-------- Record extracts --------

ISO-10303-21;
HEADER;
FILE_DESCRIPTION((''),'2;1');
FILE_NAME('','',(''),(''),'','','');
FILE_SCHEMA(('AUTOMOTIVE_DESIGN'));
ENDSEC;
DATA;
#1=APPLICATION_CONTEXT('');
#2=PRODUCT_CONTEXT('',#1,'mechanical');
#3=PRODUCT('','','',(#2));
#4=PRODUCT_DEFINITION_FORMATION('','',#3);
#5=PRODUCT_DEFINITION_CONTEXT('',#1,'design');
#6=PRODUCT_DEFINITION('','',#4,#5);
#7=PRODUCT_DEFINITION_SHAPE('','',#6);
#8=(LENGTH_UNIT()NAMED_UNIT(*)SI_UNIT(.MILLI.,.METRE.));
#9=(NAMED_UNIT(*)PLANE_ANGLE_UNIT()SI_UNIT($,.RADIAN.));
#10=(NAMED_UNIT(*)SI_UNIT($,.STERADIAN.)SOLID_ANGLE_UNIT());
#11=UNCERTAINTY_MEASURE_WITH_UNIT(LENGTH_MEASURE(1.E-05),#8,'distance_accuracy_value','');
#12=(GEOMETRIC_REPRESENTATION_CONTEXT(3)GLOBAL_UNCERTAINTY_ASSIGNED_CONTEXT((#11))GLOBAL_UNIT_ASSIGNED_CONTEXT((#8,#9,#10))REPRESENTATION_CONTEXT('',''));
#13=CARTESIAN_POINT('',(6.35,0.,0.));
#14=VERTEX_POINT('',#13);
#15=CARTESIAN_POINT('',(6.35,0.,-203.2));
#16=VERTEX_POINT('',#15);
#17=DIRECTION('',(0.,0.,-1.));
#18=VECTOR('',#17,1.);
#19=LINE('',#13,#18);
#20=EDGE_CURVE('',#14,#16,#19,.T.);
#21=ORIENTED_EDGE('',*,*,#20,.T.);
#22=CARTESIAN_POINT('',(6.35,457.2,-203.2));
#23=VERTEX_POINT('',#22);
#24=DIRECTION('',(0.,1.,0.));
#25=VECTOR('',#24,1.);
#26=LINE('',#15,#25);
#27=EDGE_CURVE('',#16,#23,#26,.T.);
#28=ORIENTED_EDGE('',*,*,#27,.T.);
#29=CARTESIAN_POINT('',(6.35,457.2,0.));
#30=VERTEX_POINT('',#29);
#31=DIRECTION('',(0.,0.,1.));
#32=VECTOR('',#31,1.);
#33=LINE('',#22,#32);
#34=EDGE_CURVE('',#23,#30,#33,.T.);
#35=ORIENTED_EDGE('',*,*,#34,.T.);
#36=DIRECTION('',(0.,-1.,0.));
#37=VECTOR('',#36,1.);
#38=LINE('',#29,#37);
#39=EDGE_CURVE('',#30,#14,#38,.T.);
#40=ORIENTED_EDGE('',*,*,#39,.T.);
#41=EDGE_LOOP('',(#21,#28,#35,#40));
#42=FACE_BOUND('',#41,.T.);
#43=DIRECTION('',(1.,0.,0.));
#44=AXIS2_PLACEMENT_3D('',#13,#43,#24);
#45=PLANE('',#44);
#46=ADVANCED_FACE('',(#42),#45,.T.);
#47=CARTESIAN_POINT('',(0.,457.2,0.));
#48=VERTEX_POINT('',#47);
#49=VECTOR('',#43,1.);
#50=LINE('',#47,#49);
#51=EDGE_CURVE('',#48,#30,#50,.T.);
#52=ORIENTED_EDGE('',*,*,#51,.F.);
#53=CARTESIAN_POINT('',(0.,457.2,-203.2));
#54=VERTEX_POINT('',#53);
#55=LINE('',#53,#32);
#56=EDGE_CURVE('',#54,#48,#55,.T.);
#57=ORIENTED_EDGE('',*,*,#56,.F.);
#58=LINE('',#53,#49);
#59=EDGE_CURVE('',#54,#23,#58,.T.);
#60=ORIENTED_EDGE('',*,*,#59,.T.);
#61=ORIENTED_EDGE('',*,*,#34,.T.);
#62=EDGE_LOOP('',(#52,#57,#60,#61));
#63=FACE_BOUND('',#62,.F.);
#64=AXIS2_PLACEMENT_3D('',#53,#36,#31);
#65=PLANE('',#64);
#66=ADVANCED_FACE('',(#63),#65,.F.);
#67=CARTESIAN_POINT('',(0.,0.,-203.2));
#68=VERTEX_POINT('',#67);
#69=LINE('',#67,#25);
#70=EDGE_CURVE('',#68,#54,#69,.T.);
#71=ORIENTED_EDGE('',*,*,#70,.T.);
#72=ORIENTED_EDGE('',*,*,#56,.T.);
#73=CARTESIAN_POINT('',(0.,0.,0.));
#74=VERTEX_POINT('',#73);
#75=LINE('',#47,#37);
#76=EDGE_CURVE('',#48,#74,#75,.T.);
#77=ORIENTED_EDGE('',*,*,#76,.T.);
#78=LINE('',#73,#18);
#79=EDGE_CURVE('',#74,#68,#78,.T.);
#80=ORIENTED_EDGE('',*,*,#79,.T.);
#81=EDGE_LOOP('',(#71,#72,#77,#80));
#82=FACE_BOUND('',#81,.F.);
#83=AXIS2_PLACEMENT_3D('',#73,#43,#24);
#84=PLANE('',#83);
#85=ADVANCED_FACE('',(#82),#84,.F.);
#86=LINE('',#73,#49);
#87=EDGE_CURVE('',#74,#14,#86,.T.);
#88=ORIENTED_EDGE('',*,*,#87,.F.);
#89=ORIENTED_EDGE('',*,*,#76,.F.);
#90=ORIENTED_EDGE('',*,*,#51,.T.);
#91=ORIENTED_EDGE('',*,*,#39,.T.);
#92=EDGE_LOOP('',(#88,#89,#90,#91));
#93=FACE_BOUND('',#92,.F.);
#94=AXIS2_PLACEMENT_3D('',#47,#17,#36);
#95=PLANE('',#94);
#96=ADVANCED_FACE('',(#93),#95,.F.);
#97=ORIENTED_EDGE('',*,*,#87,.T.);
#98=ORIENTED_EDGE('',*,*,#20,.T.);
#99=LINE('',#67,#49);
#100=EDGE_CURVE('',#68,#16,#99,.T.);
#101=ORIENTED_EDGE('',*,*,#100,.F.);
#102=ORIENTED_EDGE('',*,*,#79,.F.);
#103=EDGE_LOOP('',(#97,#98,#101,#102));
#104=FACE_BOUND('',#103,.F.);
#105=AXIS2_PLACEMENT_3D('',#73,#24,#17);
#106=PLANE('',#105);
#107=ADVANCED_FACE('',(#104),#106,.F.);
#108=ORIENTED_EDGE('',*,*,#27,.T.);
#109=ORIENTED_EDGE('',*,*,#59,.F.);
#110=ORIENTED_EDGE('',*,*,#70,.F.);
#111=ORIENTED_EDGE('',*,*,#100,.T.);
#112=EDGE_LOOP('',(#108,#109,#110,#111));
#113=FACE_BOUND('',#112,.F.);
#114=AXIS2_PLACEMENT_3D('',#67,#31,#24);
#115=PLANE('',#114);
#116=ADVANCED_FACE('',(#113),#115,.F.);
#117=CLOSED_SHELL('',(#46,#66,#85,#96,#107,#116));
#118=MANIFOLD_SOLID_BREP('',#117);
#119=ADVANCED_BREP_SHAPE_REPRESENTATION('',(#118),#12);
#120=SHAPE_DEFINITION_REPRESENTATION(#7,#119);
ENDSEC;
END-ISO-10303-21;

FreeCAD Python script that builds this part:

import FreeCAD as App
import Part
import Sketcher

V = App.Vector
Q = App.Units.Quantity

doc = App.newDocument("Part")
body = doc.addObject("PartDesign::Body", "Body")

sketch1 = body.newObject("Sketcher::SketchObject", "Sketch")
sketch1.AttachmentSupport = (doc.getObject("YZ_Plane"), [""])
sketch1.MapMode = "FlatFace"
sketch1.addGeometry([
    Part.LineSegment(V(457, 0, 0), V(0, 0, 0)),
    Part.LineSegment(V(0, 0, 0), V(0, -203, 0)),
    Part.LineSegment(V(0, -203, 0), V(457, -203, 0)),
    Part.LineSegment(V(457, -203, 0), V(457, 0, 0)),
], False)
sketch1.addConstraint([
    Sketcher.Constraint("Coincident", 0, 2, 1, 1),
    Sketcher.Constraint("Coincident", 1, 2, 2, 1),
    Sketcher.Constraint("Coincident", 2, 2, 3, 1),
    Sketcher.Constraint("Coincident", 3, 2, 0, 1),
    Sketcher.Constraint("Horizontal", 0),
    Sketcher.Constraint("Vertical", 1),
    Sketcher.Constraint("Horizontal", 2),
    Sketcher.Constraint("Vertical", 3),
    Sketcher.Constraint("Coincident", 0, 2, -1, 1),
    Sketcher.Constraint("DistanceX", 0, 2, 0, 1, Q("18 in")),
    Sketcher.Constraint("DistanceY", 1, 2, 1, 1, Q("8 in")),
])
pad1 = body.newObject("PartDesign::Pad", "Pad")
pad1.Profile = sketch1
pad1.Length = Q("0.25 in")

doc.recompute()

--------

== What the task requires ==
Look above for the line holding "#5=PRODUCT_DEFINITION_CONTEXT('',#1,'design');" and the line holding "#25=VECTOR('',#24,1.);". Retype both, and every line between them, word for word and nothing else.

== Exercise answer ==
#5=PRODUCT_DEFINITION_CONTEXT('',#1,'design');
#6=PRODUCT_DEFINITION('','',#4,#5);
#7=PRODUCT_DEFINITION_SHAPE('','',#6);
#8=(LENGTH_UNIT()NAMED_UNIT(*)SI_UNIT(.MILLI.,.METRE.));
#9=(NAMED_UNIT(*)PLANE_ANGLE_UNIT()SI_UNIT($,.RADIAN.));
#10=(NAMED_UNIT(*)SI_UNIT($,.STERADIAN.)SOLID_ANGLE_UNIT());
#11=UNCERTAINTY_MEASURE_WITH_UNIT(LENGTH_MEASURE(1.E-05),#8,'distance_accuracy_value','');
#12=(GEOMETRIC_REPRESENTATION_CONTEXT(3)GLOBAL_UNCERTAINTY_ASSIGNED_CONTEXT((#11))GLOBAL_UNIT_ASSIGNED_CONTEXT((#8,#9,#10))REPRESENTATION_CONTEXT('',''));
#13=CARTESIAN_POINT('',(6.35,0.,0.));
#14=VERTEX_POINT('',#13);
#15=CARTESIAN_POINT('',(6.35,0.,-203.2));
#16=VERTEX_POINT('',#15);
#17=DIRECTION('',(0.,0.,-1.));
#18=VECTOR('',#17,1.);
#19=LINE('',#13,#18);
#20=EDGE_CURVE('',#14,#16,#19,.T.);
#21=ORIENTED_EDGE('',*,*,#20,.T.);
#22=CARTESIAN_POINT('',(6.35,457.2,-203.2));
#23=VERTEX_POINT('',#22);
#24=DIRECTION('',(0.,1.,0.));
#25=VECTOR('',#24,1.);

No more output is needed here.